The problem in China is that employees have been completing year one, then moving on to start the cycle again. As an employer you don’t really get much return on the investment of hiring until after year 1 has passed and it’s something that can no longer be tolerated. The reason why interview processes and hiring decisions are taking longer is because employers want to be sure that this candidate is right for their business, the candidate will stay and develop, and eventually add value to the organisation. Companies will intentionally delay interview procedures because they want to see that a candidate is truly interested in the role and the company, not the paycheck. This reasoning is true for the lower salary increases. Increases are still good compared on a global scale, an average of 17 per cent salary increase when moving job is fantastic, but nowhere near the same amount it was one year ago.

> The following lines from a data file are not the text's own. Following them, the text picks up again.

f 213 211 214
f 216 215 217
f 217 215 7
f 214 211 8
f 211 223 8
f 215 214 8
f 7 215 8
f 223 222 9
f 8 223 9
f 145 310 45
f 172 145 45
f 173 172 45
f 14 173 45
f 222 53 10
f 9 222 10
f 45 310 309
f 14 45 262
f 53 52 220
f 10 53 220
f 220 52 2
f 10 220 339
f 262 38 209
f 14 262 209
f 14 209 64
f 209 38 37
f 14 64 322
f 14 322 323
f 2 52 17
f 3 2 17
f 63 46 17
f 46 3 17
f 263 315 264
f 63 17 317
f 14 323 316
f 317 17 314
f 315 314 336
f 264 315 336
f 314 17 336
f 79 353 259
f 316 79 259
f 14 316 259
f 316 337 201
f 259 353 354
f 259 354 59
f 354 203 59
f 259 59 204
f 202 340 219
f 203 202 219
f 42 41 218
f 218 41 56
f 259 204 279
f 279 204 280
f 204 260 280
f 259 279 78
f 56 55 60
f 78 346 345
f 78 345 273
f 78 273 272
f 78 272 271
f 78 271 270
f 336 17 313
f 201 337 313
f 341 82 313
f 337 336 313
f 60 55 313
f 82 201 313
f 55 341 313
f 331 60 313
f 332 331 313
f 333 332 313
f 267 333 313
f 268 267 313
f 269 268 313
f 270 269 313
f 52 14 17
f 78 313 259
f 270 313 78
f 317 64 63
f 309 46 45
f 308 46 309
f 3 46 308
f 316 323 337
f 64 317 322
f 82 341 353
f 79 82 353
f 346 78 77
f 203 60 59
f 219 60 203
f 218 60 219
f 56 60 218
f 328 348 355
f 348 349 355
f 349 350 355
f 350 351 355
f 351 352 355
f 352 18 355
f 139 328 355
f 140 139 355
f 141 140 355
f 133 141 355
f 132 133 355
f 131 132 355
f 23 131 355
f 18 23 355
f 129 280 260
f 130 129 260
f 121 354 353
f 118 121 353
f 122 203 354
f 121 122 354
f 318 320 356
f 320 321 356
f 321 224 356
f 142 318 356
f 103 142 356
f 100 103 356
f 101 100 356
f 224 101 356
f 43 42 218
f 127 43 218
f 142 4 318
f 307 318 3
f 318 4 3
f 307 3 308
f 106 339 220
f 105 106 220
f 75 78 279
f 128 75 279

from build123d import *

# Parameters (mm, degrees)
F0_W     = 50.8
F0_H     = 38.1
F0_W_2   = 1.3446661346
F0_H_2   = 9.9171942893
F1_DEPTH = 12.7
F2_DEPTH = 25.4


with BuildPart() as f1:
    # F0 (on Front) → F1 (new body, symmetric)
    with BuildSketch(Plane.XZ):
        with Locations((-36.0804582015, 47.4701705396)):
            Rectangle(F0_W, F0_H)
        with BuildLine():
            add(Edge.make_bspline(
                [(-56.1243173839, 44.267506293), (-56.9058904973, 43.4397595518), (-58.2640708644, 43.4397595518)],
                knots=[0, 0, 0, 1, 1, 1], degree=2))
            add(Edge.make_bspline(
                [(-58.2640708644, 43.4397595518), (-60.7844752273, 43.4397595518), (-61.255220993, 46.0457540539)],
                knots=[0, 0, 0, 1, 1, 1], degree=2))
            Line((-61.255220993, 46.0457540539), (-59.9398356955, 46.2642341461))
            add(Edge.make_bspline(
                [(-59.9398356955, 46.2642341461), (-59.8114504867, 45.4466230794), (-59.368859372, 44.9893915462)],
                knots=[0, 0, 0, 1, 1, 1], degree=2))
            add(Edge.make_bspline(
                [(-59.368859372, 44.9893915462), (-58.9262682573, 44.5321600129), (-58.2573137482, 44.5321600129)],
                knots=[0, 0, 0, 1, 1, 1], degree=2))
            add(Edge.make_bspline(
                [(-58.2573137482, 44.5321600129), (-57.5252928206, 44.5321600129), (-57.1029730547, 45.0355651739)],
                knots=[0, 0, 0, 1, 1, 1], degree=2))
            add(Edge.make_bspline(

Companies will pay for the right people, and some large increases are still being offered, but not to candidates that have moved three times in the last four years as there is a huge risk in hiring someone that is likely to leave in nine months. The disruption to the team and the monetary cost of a bad hire is potentially devastating. Another point to mention here, though slightly off topic is Year Two. This is the stage that most job seekers in China have not been completing over the last few years, this means that a staggering number of candidates have the title of manager, or director, or senior partner etc without actually completing the required tasks to be proficient at the job. Extra rounds of interviews are being brought into a standard process in order to check this ability on a hands on level rather than theoretical and things like assessment centres are now becoming common place.

Moving to a linked topic to this, if, as an employer, you are offering less than the job market expects and are taking longer than normal to make your hires how do you attract people? The answer is in training and development. 51 per cent of candidates are more interested in in-house development than salary because of the experience over the last few years where this hasn’t been evident. Over the last six months the increase in demand for training and development specialist from HR departments has been huge across China and large amounts of vacancies at Manager or Director level insist on having someone who has experience in training and developing subordinates, some companies will actively get references from previous subordinates before extending an offer to a candidate.

In summary, 2013 will still be a great year for the job market, but job seekers and employers need to understand the market is changing and it wont be going back to the way it was which is not a bad thing.